Pennsylvania will provide its capital city Harrisburg with a $3.3 million advance, so that the city can meet an upcoming bond payment. The idea behind this mini-bailout is that should one city default, then the borrowing costs could go up for others.
BofA is looking to sell $100B of "non-core assets." One can't help but wonder why they think they need the capital. Perhaps their balance book is holding more foreclosed and delinquent loans than the rest of us know.
Home repossessions were up 25% in August year on year, hitting a new record even for the past two years. Less than a third of foreclosed houses are on the market, banks continue to sit on a huge inventory. My neighbor stopped paying her mortgage 5 months ago and her house has no foreclosure signs on it, no one has moved. It would appear we're entering the 2nd stage of foreclosures. If you think your house value has bottomed out, well, good luck with that. Houses changed during my adult life from something you buy for a reason, like to raise a family, to a guaranteed investment, and now back to something you buy for a reason. How's housing looking as an investment lately? Decent in South Dakota and Maine, lousy pretty much everywhere else.

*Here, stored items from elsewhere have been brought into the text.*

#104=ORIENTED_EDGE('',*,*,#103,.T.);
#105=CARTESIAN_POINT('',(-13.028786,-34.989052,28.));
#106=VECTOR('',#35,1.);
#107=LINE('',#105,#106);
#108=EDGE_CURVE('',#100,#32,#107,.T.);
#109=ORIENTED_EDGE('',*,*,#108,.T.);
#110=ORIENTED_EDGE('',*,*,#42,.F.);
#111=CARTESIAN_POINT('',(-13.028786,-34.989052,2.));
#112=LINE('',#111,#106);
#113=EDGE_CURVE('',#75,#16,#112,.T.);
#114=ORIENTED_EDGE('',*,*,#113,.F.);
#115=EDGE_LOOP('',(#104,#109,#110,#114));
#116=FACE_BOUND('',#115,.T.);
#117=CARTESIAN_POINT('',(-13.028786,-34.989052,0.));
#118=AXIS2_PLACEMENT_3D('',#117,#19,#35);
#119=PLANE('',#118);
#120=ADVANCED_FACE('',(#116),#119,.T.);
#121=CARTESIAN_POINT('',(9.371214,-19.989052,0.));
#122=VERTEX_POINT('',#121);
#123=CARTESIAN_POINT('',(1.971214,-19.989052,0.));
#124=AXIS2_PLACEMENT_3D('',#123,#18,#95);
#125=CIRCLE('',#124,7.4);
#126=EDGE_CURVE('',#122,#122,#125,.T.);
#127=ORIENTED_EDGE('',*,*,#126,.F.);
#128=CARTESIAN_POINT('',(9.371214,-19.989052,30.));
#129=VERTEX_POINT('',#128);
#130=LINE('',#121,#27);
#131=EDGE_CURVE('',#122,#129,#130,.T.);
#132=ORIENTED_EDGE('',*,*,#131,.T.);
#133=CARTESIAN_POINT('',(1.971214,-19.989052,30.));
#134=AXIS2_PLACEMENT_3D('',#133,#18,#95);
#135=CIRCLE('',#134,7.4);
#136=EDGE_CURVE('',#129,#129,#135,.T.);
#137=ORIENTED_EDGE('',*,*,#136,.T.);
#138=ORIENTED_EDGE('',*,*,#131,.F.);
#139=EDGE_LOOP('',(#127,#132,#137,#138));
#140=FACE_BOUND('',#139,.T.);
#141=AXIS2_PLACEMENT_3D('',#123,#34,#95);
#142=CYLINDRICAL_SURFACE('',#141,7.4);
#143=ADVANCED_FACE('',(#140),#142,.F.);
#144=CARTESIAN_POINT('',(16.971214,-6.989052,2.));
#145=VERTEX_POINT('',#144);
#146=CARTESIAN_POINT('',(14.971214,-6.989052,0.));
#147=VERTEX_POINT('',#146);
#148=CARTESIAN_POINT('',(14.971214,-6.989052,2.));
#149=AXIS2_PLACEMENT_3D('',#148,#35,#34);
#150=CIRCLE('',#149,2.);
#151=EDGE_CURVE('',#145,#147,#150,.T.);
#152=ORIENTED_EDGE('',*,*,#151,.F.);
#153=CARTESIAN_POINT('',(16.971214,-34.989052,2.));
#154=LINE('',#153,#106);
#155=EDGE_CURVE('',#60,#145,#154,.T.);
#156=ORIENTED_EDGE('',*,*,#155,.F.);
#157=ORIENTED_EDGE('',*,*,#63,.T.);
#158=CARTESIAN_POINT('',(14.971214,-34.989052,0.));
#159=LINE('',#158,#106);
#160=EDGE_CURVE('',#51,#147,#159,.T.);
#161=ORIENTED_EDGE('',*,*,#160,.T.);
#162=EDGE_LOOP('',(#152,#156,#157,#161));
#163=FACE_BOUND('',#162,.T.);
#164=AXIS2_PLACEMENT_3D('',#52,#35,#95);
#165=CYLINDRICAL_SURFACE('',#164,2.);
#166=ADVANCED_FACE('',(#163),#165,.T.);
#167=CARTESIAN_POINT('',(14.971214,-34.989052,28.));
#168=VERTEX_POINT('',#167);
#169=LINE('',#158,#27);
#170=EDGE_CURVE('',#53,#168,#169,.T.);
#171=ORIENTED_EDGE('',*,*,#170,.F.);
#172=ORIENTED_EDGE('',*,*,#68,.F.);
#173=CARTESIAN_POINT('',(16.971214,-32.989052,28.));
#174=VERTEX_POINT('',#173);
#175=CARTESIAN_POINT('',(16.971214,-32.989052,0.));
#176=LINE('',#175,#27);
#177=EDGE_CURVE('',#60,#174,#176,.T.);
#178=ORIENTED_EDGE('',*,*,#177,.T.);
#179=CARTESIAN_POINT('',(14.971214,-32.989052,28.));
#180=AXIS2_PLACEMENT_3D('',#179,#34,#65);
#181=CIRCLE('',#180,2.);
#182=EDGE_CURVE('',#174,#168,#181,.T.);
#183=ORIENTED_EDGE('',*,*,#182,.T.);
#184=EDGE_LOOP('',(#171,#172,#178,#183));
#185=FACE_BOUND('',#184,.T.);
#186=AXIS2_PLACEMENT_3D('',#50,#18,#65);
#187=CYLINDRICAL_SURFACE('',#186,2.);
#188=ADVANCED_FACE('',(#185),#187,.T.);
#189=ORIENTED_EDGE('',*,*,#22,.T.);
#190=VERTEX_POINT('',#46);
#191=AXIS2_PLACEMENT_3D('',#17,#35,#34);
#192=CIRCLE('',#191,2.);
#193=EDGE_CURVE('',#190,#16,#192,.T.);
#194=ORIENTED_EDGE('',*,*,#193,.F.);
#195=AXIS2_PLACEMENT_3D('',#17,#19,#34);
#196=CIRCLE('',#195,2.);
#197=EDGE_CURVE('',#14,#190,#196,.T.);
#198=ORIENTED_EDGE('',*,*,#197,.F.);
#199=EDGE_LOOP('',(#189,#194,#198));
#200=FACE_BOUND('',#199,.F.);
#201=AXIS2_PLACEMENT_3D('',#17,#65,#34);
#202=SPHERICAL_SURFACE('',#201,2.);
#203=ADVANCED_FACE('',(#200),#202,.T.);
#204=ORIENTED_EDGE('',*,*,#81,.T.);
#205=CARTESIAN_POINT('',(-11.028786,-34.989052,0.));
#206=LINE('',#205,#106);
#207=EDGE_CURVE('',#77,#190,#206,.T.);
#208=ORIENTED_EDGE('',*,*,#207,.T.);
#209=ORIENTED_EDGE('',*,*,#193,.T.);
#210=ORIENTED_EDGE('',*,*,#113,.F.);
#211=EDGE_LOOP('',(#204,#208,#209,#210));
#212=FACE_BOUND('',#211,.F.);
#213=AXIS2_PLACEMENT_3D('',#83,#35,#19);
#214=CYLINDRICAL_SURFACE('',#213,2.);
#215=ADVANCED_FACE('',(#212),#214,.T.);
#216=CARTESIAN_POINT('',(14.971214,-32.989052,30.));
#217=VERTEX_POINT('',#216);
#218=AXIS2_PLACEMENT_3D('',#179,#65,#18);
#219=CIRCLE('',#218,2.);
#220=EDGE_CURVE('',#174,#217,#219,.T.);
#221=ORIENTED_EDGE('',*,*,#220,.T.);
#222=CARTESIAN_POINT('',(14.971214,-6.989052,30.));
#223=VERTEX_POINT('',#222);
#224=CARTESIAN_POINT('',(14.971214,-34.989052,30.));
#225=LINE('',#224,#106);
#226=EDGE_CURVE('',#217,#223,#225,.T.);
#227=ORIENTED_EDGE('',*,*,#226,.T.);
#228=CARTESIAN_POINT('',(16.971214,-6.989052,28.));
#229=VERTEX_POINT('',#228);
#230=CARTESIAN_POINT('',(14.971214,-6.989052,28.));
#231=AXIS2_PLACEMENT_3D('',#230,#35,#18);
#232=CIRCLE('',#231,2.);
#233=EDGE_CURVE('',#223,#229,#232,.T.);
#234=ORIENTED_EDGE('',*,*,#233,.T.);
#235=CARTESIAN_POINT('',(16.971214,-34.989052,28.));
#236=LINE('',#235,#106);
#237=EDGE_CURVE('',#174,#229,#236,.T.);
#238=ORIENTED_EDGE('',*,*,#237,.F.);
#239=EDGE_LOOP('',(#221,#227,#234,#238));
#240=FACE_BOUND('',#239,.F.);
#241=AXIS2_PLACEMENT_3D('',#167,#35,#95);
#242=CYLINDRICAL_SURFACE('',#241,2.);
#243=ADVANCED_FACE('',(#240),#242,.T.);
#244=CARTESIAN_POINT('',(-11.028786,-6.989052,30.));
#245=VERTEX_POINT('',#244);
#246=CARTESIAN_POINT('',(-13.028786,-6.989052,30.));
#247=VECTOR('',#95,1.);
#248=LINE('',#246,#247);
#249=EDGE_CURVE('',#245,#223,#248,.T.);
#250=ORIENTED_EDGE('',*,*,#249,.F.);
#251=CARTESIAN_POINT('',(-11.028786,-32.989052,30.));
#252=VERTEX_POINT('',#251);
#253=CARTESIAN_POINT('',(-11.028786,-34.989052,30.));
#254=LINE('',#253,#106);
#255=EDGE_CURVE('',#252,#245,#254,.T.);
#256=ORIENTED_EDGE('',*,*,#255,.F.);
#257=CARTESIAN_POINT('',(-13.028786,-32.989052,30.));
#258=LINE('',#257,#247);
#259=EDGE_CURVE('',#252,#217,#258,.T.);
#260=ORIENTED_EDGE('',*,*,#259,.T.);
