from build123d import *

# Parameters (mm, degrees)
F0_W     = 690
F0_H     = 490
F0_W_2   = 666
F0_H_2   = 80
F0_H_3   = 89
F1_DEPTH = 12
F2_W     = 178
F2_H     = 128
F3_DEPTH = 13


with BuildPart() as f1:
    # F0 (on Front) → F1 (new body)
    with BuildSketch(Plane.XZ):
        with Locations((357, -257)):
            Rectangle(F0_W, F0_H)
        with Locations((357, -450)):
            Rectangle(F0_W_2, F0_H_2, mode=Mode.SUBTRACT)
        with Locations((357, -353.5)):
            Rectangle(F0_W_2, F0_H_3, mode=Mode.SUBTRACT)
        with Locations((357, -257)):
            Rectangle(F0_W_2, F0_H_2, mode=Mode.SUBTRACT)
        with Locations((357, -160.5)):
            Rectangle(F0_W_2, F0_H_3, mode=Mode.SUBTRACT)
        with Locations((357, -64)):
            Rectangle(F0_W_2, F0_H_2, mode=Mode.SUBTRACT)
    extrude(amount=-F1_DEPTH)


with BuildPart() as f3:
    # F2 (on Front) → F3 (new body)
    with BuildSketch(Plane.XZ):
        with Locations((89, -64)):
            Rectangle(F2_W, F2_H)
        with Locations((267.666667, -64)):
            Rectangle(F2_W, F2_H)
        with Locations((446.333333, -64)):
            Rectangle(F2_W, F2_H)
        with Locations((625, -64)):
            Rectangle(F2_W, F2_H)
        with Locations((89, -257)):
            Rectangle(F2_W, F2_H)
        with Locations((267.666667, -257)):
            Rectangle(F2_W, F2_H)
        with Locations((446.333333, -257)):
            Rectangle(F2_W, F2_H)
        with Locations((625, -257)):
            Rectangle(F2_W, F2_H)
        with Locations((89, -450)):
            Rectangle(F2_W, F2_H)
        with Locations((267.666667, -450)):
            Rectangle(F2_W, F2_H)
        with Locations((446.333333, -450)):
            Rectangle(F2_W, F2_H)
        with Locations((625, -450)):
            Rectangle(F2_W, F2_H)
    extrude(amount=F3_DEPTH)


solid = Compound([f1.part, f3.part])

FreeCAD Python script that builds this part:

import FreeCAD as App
import Part
import Sketcher

V = App.Vector


def add_polygon(sketch, points):
    """Adds a closed chain of lines whose ends are joined by coincident constraints."""
    first, n = sketch.GeometryCount, len(points)
    for a, b in zip(points, points[1:] + points[:1]):
        sketch.addGeometry(Part.LineSegment(App.Vector(*a, 0), App.Vector(*b, 0)), False)
    for i in range(n):
        sketch.addConstraint(Sketcher.Constraint("Coincident", first + i, 2, first + (i + 1) % n, 1))

doc = App.newDocument("Part")
body = doc.addObject("PartDesign::Body", "Body")

sketch1 = body.newObject("Sketcher::SketchObject", "Sketch")
sketch1.AttachmentSupport = (doc.getObject("XZ_Plane"), [""])
sketch1.MapMode = "FlatFace"
add_polygon(sketch1, [(12, -12), (12, -502), (702, -502), (702, -12)])
add_polygon(sketch1, [(690, -490), (24, -490), (24, -410), (690, -410)])
add_polygon(sketch1, [(690, -398), (24, -398), (24, -309), (690, -309)])
add_polygon(sketch1, [(690, -297), (24, -297), (24, -217), (690, -217)])
add_polygon(sketch1, [(690, -205), (24, -205), (24, -116), (690, -116)])
add_polygon(sketch1, [(690, -104), (24, -104), (24, -24), (690, -24)])
sketch1.addConstraint(Sketcher.Constraint("Vertical", 0))
sketch1.addConstraint(Sketcher.Constraint("Horizontal", 1))
sketch1.addConstraint(Sketcher.Constraint("Vertical", 2))
sketch1.addConstraint(Sketcher.Constraint("Horizontal", 3))
sketch1.addConstraint(Sketcher.Constraint("Horizontal", 4))
sketch1.addConstraint(Sketcher.Constraint("Vertical", 5))
sketch1.addConstraint(Sketcher.Constraint("Horizontal", 6))
sketch1.addConstraint(Sketcher.Constraint("Vertical", 7))
sketch1.addConstraint(Sketcher.Constraint("Horizontal", 8))
sketch1.addConstraint(Sketcher.Constraint("Vertical", 9))
sketch1.addConstraint(Sketcher.Constraint("Horizontal", 10))
sketch1.addConstraint(Sketcher.Constraint("Vertical", 11))
sketch1.addConstraint(Sketcher.Constraint("Horizontal", 12))
sketch1.addConstraint(Sketcher.Constraint("Vertical", 13))
sketch1.addConstraint(Sketcher.Constraint("Horizontal", 14))
sketch1.addConstraint(Sketcher.Constraint("Vertical", 15))
sketch1.addConstraint(Sketcher.Constraint("Horizontal", 16))
sketch1.addConstraint(Sketcher.Constraint("Vertical", 17))
sketch1.addConstraint(Sketcher.Constraint("Horizontal", 18))
sketch1.addConstraint(Sketcher.Constraint("Vertical", 19))
sketch1.addConstraint(Sketcher.Constraint("Horizontal", 20))
sketch1.addConstraint(Sketcher.Constraint("Vertical", 21))
sketch1.addConstraint(Sketcher.Constraint("Horizontal", 22))
sketch1.addConstraint(Sketcher.Constraint("Vertical", 23))
sketch1.addConstraint(Sketcher.Constraint("Vertical", 5, 2, 8, 2))
sketch1.addConstraint(Sketcher.Constraint("Vertical", 7, 2, 10, 2))
sketch1.addConstraint(Sketcher.Constraint("Vertical", 9, 2, 12, 2))
sketch1.addConstraint(Sketcher.Constraint("Vertical", 11, 2, 14, 2))
sketch1.addConstraint(Sketcher.Constraint("Vertical", 13, 2, 16, 2))
sketch1.addConstraint(Sketcher.Constraint("Vertical", 15, 2, 18, 2))
sketch1.addConstraint(Sketcher.Constraint("Vertical", 17, 2, 20, 2))
sketch1.addConstraint(Sketcher.Constraint("Vertical", 19, 2, 22, 2))
sketch1.addConstraint(Sketcher.Constraint("Equal", 7, 13))
sketch1.addConstraint(Sketcher.Constraint("Equal", 11, 17))
sketch1.addConstraint(Sketcher.Constraint("Equal", 15, 21))
sketch1.addConstraint(Sketcher.Constraint("DistanceX", 1, 1, 1, 2, 690.0))
sketch1.addConstraint(Sketcher.Constraint("DistanceX", 4, 2, 4, 1, 666.0))
sketch1.addConstraint(Sketcher.Constraint("DistanceY", 0, 2, 0, 1, 490.0))
sketch1.addConstraint(Sketcher.Constraint("DistanceY", 5, 1, 5, 2, 80.0))
sketch1.addConstraint(Sketcher.Constraint("DistanceY", 9, 1, 9, 2, 89.0))
sketch1.addConstraint(Sketcher.Constraint("DistanceX", -1, 1, 0, 2, 12.0))
sketch1.addConstraint(Sketcher.Constraint("DistanceY", 0, 2, -1, 1, 502.0))
sketch1.addConstraint(Sketcher.Constraint("DistanceX", -1, 1, 4, 2, 24.0))
sketch1.addConstraint(Sketcher.Constraint("DistanceY", 4, 2, -1, 1, 490.0))
sketch1.addConstraint(Sketcher.Constraint("DistanceY", 8, 2, -1, 1, 398.0))
sketch1.addConstraint(Sketcher.Constraint("DistanceY", 12, 2, -1, 1, 297.0))
sketch1.addConstraint(Sketcher.Constraint("DistanceY", 16, 2, -1, 1, 205.0))
sketch1.addConstraint(Sketcher.Constraint("DistanceY", 20, 2, -1, 1, 104.0))
pad1 = body.newObject("PartDesign::Pad", "Pad")
pad1.Profile = sketch1
pad1.Length = 12
pad1.Reversed = True
body2 = doc.addObject("PartDesign::Body", "Body001")
body2.AllowCompound = True

sketch2 = body2.newObject("Sketcher::SketchObject", "Sketch001")
sketch2.AttachmentSupport = (doc.getObject("XZ_Plane001"), [""])
sketch2.MapMode = "FlatFace"
add_polygon(sketch2, [(0, 0), (0, -128), (178, -128), (178, 0)])
add_polygon(sketch2, [(178.666667, 0), (178.666667, -128), (356.666667, -128), (356.666667, 0)])
add_polygon(sketch2, [(357.333333, 0), (357.333333, -128), (535.333333, -128), (535.333333, 0)])
add_polygon(sketch2, [(536, 0), (536, -128), (714, -128), (714, 0)])
add_polygon(sketch2, [(0, -193), (0, -321), (178, -321), (178, -193)])
add_polygon(sketch2, [(178.666667, -193), (178.666667, -321), (356.666667, -321), (356.666667, -193)])
add_polygon(sketch2, [(357.333333, -193), (357.333333, -321), (535.333333, -321), (535.333333, -193)])
add_polygon(sketch2, [(536, -193), (536, -321), (714, -321), (714, -193)])
add_polygon(sketch2, [(0, -386), (0, -514), (178, -514), (178, -386)])
add_polygon(sketch2, [(178.666667, -386), (178.666667, -514), (356.666667, -514), (356.666667, -386)])
add_polygon(sketch2, [(357.333333, -386), (357.333333, -514), (535.333333, -514), (535.333333, -386)])
add_polygon(sketch2, [(536, -386), (536, -514), (714, -514), (714, -386)])
sketch2.addConstraint(Sketcher.Constraint("Vertical", 0))
sketch2.addConstraint(Sketcher.Constraint("Horizontal", 1))
sketch2.addConstraint(Sketcher.Constraint("Vertical", 2))
sketch2.addConstraint(Sketcher.Constraint("Horizontal", 3))
sketch2.addConstraint(Sketcher.Constraint("Vertical", 4))
sketch2.addConstraint(Sketcher.Constraint("Horizontal", 5))
sketch2.addConstraint(Sketcher.Constraint("Vertical", 6))
sketch2.addConstraint(Sketcher.Constraint("Horizontal", 7))
sketch2.addConstraint(Sketcher.Constraint("Vertical", 8))
sketch2.addConstraint(Sketcher.Constraint("Horizontal", 9))
sketch2.addConstraint(Sketcher.Constraint("Vertical", 10))
sketch2.addConstraint(Sketcher.Constraint("Horizontal", 11))
sketch2.addConstraint(Sketcher.Constraint("Vertical", 12))
sketch2.addConstraint(Sketcher.Constraint("Horizontal", 13))
sketch2.addConstraint(Sketcher.Constraint("Vertical", 14))
sketch2.addConstraint(Sketcher.Constraint("Horizontal", 15))
sketch2.addConstraint(Sketcher.Constraint("Vertical", 16))
sketch2.addConstraint(Sketcher.Constraint("Horizontal", 17))
sketch2.addConstraint(Sketcher.Constraint("Vertical", 18))
sketch2.addConstraint(Sketcher.Constraint("Horizontal", 19))
sketch2.addConstraint(Sketcher.Constraint("Vertical", 20))
sketch2.addConstraint(Sketcher.Constraint("Horizontal", 21))
sketch2.addConstraint(Sketcher.Constraint("Vertical", 22))
sketch2.addConstraint(Sketcher.Constraint("Horizontal", 23))
sketch2.addConstraint(Sketcher.Constraint("Vertical", 24))
sketch2.addConstraint(Sketcher.Constraint("Horizontal", 25))
sketch2.addConstraint(Sketcher.Constraint("Vertical", 26))
sketch2.addConstraint(Sketcher.Constraint("Horizontal", 27))
sketch2.addConstraint(Sketcher.Constraint("Vertical", 28))
sketch2.addConstraint(Sketcher.Constraint("Horizontal", 29))
sketch2.addConstraint(Sketcher.Constraint("Vertical", 30))
sketch2.addConstraint(Sketcher.Constraint("Horizontal", 31))
sketch2.addConstraint(Sketcher.Constraint("Vertical", 32))
sketch2.addConstraint(Sketcher.Constraint("Horizontal", 33))
sketch2.addConstraint(Sketcher.Constraint("Vertical", 34))
sketch2.addConstraint(Sketcher.Constraint("Horizontal", 35))
sketch2.addConstraint(Sketcher.Constraint("Vertical", 36))
sketch2.addConstraint(Sketcher.Constraint("Horizontal", 37))
sketch2.addConstraint(Sketcher.Constraint("Vertical", 38))
sketch2.addConstraint(Sketcher.Constraint("Horizontal", 39))
sketch2.addConstraint(Sketcher.Constraint("Vertical", 40))
sketch2.addConstraint(Sketcher.Constraint("Horizontal", 41))
sketch2.addConstraint(Sketcher.Constraint("Vertical", 42))
sketch2.addConstraint(Sketcher.Constraint("Horizontal", 43))
sketch2.addConstraint(Sketcher.Constraint("Vertical", 44))
sketch2.addConstraint(Sketcher.Constraint("Horizontal", 45))
sketch2.addConstraint(Sketcher.Constraint("Vertical", 46))
sketch2.addConstraint(Sketcher.Constraint("Horizontal", 47))
sketch2.addConstraint(Sketcher.Constraint("Coincident", 3, 2, -1, 1))
sketch2.addConstraint(Sketcher.Constraint("PointOnObject", 6, 2, -1))
sketch2.addConstraint(Sketcher.Constraint("PointOnObject", 10, 2, -1))
sketch2.addConstraint(Sketcher.Constraint("PointOnObject", 14, 2, -1))
sketch2.addConstraint(Sketcher.Constraint("PointOnObject", 16, 2, -2))
sketch2.addConstraint(Sketcher.Constraint("PointOnObject", 32, 2, -2))
sketch2.addConstraint(Sketcher.Constraint("Horizontal", 1, 2, 4, 2))
sketch2.addConstraint(Sketcher.Constraint("Horizontal", 5, 2, 8, 2))
sketch2.addConstraint(Sketcher.Constraint("Horizontal", 9, 2, 12, 2))
sketch2.addConstraint(Sketcher.Constraint("Horizontal", 17, 2, 20, 2))
sketch2.addConstraint(Sketcher.Constraint("Horizontal", 19, 2, 22, 2))
sketch2.addConstraint(Sketcher.Constraint("Horizontal", 21, 2, 24, 2))
sketch2.addConstraint(Sketcher.Constraint("Horizontal", 23, 2, 26, 2))
sketch2.addConstraint(Sketcher.Constraint("Horizontal", 25, 2, 28, 2))
sketch2.addConstraint(Sketcher.Constraint("Horizontal", 27, 2, 30, 2))
sketch2.addConstraint(Sketcher.Constraint("Horizontal", 33, 2, 36, 2))
sketch2.addConstraint(Sketcher.Constraint("Horizontal", 35, 2, 38, 2))
sketch2.addConstraint(Sketcher.Constraint("Horizontal", 37, 2, 40, 2))
sketch2.addConstraint(Sketcher.Constraint("Horizontal", 39, 2, 42, 2))
sketch2.addConstraint(Sketcher.Constraint("Horizontal", 41, 2, 44, 2))
sketch2.addConstraint(Sketcher.Constraint("Horizontal", 43, 2, 46, 2))
sketch2.addConstraint(Sketcher.Constraint("Vertical", 2, 2, 17, 2))
sketch2.addConstraint(Sketcher.Constraint("Vertical", 7, 2, 20, 2))
sketch2.addConstraint(Sketcher.Constraint("Vertical", 6, 2, 21, 2))
sketch2.addConstraint(Sketcher.Constraint("Vertical", 11, 2, 24, 2))
sketch2.addConstraint(Sketcher.Constraint("Vertical", 10, 2, 25, 2))
sketch2.addConstraint(Sketcher.Constraint("Vertical", 15, 2, 28, 2))
sketch2.addConstraint(Sketcher.Constraint("Vertical", 14, 2, 29, 2))
sketch2.addConstraint(Sketcher.Constraint("Vertical", 18, 2, 33, 2))
sketch2.addConstraint(Sketcher.Constraint("Vertical", 23, 2, 36, 2))
sketch2.addConstraint(Sketcher.Constraint("Vertical", 22, 2, 37, 2))
sketch2.addConstraint(Sketcher.Constraint("Vertical", 27, 2, 40, 2))
sketch2.addConstraint(Sketcher.Constraint("Vertical", 26, 2, 41, 2))
sketch2.addConstraint(Sketcher.Constraint("Vertical", 31, 2, 44, 2))
sketch2.addConstraint(Sketcher.Constraint("Vertical", 30, 2, 45, 2))
sketch2.addConstraint(Sketcher.Constraint("Equal", 3, 5))
sketch2.addConstraint(Sketcher.Constraint("Equal", 7, 9))
sketch2.addConstraint(Sketcher.Constraint("Equal", 11, 13))
sketch2.addConstraint(Sketcher.Constraint("Equal", 14, 16))
sketch2.addConstraint(Sketcher.Constraint("Equal", 30, 32))
sketch2.addConstraint(Sketcher.Constraint("DistanceX", 1, 1, 1, 2, 178.0))
sketch2.addConstraint(Sketcher.Constraint("DistanceY", 0, 2, 0, 1, 128.0))
sketch2.addConstraint(Sketcher.Constraint("DistanceX", -1, 1, 12, 2, 536.0))
sketch2.addConstraint(Sketcher.Constraint("DistanceY", 16, 2, -1, 1, 321.0))
sketch2.addConstraint(Sketcher.Constraint("DistanceY", 32, 2, -1, 1, 514.0))
sketch2.addConstraint(Sketcher.Constraint("DistanceX", -1, 1, 4, 2, 178.666667))
sketch2.addConstraint(Sketcher.Constraint("DistanceX", -1, 1, 8, 2, 357.333333))
pad2 = body2.newObject("PartDesign::Pad", "Pad001")
pad2.Profile = sketch2
pad2.Length = 13

doc.recompute()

The NFIB report on small business is out; members (including your intrepid writer) report poor sales and continued recession. No one has plans to hire. The head of the NFIB said in an interview that tax cuts and loan programs are pointless because the sales aren't there, and it's sales that drive expansion. My own sales are starting to show contraction, so in a defensive maneuver I'm developing new product lines. This would be defense in the sense of "offense is the best defense." I don't know what I'll be selling in three years, all I know is I'll be making money doing something.